# Schrift biegen



## Paraneuros (26. September 2006)

Hi,
irgendwie bin ich gerade voll daneben und stehe neben mir
möchte gerne das wort "Paraneuros" welches ihr HIER sehen könnt biegen wie der Strich da drüber.Aber es geht nicht wenn ich auf
Objekt
Transfomieren
und dann Verbiegen gehe..
wer weiss Rat.danke


----------



## holzoepfael (26. September 2006)

Also möchtest du die Schrift entlang der Linie, oder willst du deine Schrift verzerren?


----------



## akrite (26. September 2006)

Paraneuros hat gesagt.:


> irgendwie bin ich gerade voll daneben und stehe neben mir


...glaube ich Dir, ;-)  wie wäre es mit Text auf Pfad - geht natürlich nur, wenn es wirklich noch Text ist und nicht schon in Pfade konvertiert. Dann mit biegen weiter !

Grüße
Andreas


----------



## ikon (27. September 2006)

Hi,

in Illustrator: wähle Deinen Text aus und erstell unter "Objekt" eine Verzerrungshülle(mit Krümmung versehen). Alternativ kannst Du auch jeden geschlossenen Pfad als Verzerrungshülle nehmen ("Verzerrungshülle->mit obersten Objekt erstellen"). Der Pfad muss in dem Fall über der Schrift angeordnet sein.

Ansonsten kann man auch mit dem Textwerkzeug den Text auf Pfaden schreiben.

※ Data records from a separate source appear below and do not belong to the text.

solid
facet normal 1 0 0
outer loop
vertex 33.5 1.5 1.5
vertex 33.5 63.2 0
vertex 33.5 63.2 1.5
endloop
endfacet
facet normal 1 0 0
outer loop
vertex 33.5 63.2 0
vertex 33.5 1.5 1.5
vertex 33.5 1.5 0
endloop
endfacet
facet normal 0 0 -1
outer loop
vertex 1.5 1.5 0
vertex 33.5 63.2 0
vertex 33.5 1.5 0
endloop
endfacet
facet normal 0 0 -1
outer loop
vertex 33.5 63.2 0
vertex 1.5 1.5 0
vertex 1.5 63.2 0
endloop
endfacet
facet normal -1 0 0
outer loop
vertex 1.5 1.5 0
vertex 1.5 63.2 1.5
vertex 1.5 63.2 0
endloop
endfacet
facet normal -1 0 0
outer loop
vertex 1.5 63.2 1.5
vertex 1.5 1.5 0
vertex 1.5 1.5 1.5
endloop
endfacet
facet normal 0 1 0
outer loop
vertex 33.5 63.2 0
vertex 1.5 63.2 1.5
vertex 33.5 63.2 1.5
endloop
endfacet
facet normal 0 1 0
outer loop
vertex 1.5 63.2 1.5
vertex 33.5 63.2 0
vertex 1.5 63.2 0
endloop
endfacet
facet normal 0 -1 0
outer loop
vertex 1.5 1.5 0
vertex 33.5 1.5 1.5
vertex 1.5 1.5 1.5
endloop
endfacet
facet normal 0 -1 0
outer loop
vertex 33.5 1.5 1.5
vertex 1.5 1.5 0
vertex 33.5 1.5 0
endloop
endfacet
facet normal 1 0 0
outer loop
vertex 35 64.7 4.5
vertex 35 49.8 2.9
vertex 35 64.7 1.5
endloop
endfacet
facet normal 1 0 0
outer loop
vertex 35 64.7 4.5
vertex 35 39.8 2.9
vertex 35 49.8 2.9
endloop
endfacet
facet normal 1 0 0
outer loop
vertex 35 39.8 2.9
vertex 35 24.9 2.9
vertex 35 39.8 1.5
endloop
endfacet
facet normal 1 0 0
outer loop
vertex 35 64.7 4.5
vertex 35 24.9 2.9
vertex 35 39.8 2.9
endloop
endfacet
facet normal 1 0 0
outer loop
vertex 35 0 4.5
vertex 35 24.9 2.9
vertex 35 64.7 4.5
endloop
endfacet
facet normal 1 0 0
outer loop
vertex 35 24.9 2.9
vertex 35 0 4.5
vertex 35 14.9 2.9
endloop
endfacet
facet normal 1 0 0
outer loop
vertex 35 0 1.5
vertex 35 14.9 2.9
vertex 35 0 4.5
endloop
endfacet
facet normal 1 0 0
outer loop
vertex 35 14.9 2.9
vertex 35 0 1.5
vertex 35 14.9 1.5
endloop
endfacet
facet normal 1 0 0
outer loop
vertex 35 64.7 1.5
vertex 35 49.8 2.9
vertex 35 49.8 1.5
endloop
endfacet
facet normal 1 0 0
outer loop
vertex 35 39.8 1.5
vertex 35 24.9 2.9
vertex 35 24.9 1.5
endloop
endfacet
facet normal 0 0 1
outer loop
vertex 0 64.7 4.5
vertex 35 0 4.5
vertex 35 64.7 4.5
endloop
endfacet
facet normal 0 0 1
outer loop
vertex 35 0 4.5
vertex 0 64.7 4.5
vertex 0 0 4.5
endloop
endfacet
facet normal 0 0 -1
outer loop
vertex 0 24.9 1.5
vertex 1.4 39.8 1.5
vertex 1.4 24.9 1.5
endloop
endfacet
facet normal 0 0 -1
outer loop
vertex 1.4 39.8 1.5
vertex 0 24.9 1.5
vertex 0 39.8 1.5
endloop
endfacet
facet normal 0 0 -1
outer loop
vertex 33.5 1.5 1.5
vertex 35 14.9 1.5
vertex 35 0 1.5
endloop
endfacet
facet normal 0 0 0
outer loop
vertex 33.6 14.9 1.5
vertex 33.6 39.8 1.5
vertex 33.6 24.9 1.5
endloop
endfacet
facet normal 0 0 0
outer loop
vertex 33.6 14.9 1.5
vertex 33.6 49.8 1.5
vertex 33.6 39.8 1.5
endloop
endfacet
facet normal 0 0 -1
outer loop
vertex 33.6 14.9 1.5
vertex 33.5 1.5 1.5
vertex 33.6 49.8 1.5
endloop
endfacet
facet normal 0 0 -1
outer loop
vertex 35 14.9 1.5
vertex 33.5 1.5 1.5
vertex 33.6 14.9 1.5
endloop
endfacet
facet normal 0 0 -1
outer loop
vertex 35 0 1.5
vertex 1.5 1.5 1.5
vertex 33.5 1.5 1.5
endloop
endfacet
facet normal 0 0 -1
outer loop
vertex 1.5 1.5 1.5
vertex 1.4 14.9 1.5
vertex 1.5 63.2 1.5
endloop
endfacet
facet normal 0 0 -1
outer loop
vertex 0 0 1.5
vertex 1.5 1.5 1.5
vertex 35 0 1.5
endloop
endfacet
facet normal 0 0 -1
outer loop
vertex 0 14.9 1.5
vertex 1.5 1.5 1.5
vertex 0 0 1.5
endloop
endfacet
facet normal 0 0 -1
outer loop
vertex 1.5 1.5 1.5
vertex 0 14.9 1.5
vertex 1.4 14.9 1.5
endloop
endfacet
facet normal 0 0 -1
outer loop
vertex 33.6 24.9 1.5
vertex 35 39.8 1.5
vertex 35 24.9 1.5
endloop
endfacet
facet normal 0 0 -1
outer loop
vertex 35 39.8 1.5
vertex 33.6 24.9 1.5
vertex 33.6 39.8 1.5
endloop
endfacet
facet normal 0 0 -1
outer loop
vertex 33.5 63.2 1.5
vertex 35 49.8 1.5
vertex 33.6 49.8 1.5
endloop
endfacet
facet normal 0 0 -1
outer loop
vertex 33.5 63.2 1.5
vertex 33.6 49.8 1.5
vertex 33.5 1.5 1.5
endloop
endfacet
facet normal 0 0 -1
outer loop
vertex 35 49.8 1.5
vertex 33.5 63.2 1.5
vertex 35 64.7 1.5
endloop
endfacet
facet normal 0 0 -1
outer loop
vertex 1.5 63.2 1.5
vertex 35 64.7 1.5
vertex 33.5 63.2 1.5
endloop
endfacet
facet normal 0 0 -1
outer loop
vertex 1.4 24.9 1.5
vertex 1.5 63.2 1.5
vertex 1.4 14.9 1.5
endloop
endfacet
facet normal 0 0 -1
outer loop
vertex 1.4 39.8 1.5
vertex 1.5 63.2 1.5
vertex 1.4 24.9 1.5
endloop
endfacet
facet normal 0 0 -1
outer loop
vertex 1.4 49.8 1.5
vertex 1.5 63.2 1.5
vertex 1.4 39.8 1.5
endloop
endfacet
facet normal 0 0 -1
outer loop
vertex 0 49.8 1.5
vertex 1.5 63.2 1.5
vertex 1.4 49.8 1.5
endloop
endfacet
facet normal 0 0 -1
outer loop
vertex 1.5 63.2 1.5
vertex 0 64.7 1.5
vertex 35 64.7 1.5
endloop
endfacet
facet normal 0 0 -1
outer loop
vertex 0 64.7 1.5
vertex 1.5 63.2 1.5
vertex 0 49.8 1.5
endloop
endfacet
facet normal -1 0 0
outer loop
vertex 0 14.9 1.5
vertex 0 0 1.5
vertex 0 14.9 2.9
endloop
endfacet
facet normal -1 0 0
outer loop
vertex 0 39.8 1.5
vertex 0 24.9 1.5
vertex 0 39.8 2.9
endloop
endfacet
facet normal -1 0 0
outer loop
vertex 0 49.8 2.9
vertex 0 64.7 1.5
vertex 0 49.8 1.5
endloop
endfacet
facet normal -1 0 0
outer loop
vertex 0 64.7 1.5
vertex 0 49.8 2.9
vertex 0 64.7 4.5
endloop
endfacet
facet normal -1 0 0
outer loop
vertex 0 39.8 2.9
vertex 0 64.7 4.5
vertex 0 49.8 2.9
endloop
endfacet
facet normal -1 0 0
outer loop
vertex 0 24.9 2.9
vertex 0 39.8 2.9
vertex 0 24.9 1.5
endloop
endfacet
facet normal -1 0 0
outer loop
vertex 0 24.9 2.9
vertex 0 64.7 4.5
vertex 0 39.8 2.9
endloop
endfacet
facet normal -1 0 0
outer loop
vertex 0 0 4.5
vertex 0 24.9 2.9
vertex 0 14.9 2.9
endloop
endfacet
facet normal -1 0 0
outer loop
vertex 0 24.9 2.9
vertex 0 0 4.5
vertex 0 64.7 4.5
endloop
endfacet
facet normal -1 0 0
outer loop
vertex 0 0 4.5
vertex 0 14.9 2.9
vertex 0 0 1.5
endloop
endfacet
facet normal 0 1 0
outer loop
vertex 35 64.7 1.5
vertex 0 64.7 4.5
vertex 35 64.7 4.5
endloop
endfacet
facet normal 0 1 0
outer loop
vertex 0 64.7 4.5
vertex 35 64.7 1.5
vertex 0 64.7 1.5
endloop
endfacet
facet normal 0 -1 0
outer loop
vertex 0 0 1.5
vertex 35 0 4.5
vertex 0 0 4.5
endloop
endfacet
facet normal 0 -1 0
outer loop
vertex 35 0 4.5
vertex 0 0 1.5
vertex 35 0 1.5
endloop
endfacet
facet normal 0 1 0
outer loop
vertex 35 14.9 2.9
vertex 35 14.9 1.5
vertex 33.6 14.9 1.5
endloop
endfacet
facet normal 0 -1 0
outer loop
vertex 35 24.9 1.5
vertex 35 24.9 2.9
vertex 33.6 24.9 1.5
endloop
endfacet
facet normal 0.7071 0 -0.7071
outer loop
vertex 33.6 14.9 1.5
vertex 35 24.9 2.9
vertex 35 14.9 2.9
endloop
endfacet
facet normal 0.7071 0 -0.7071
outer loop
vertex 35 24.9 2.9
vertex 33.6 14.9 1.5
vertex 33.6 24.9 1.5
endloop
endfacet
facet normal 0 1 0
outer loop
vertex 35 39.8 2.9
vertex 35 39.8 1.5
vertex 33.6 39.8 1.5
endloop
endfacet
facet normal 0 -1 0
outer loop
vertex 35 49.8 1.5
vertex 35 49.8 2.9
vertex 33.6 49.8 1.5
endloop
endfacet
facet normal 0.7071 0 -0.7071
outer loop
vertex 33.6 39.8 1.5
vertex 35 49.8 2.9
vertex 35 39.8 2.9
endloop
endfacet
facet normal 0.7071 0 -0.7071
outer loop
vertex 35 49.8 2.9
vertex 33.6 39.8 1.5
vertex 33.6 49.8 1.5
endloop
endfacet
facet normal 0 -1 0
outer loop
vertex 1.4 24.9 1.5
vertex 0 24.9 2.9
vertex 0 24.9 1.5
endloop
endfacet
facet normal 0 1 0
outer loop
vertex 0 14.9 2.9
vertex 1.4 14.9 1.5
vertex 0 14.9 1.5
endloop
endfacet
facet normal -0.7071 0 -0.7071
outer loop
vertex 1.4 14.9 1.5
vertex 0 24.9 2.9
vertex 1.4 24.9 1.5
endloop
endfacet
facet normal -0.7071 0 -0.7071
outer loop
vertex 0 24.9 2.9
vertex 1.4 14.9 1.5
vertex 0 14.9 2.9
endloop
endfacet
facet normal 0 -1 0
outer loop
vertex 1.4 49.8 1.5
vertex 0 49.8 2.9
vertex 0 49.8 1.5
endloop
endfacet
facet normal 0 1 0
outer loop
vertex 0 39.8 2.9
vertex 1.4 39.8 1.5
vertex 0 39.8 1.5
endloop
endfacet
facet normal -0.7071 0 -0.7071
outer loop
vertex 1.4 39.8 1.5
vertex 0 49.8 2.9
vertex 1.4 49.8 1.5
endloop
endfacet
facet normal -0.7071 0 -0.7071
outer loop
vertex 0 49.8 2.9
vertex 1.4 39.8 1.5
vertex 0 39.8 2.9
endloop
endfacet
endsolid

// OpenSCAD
$fn = 30;

wall_thickness = 3;
cover_edge_thickness = wall_thickness / 2;
cover_edge_height = wall_thickness / 2;
cover_screw_cutout_length = 10;
cover_screw_cutout_radius = cover_edge_height + 10;
cover_screw_cutout_degrees = 45;

usb_plug_height = 6.5;
usb_plug_width = 12.0;
usb_plug_offset = 4.2;

pins_height = 8;
pin_wire_socket_height = 12.0;
pin_wire_extra = 0.5;
pin_base_height = 2.5;
nodemcu_board_thickness = 1.8;
nodemcu_chip_height = 5;
nodemcu_width = 20.8;
nodemcu_length = 43.2;

nut_size = 6.2;
nut_height = 2.3;
screw_support_hole = 2.6;
screw_support_size_bottom = nut_size + 2;
screw_support_size_top = screw_support_hole + 1;

interboard_distance = 2;

bme_length = 13.5;
bme_width = 10.6;
bme_height = 3.4;
bme_chips_height = 0.5;
bme_outside_offset = screw_support_size_bottom;
bme_screw_hole_offset = 2.6;

wall_height = wall_thickness + nodemcu_chip_height + nodemcu_board_thickness + pin_base_height + pin_wire_socket_height + pin_wire_extra + cover_edge_height;
platform_width = wall_thickness + screw_support_size_bottom + nodemcu_width + wall_thickness;
platform_depth = wall_thickness + screw_support_size_bottom + nodemcu_length + interboard_distance + bme_length - bme_outside_offset + wall_thickness;

module nut_trap (w = nut_size, h = nut_height) {
    cylinder(r = w / 2 / cos(180 / 6) + 0.05, h = h, center = false, $fn = 6);
}    

module wedge_180(h, r, d)
{
	rotate(d) difference()
	{
		rotate(180-d) difference()
		{
			cylinder(h = h, r = r);
			translate([-(r+1), 0, -1]) cube([r*2+2, r+1, h+2]);
		}
		translate([-(r+1), 0, -1]) cube([r*2+2, r+1, h+2]);
	}
}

Textwerkzeug in Werkzeugpalette auswählen und gedrückt halten, drittes Symbol von links glaub ich.

Gruß,
ikon


----------



## Paraneuros (27. September 2006)

Danke Ikon...
bin manchmal echt....:suspekt: 
weil wusste das ich das doch schonmal gemacht hatte.Naja nun sollte ich es mir gemerkt haben
Danke


----------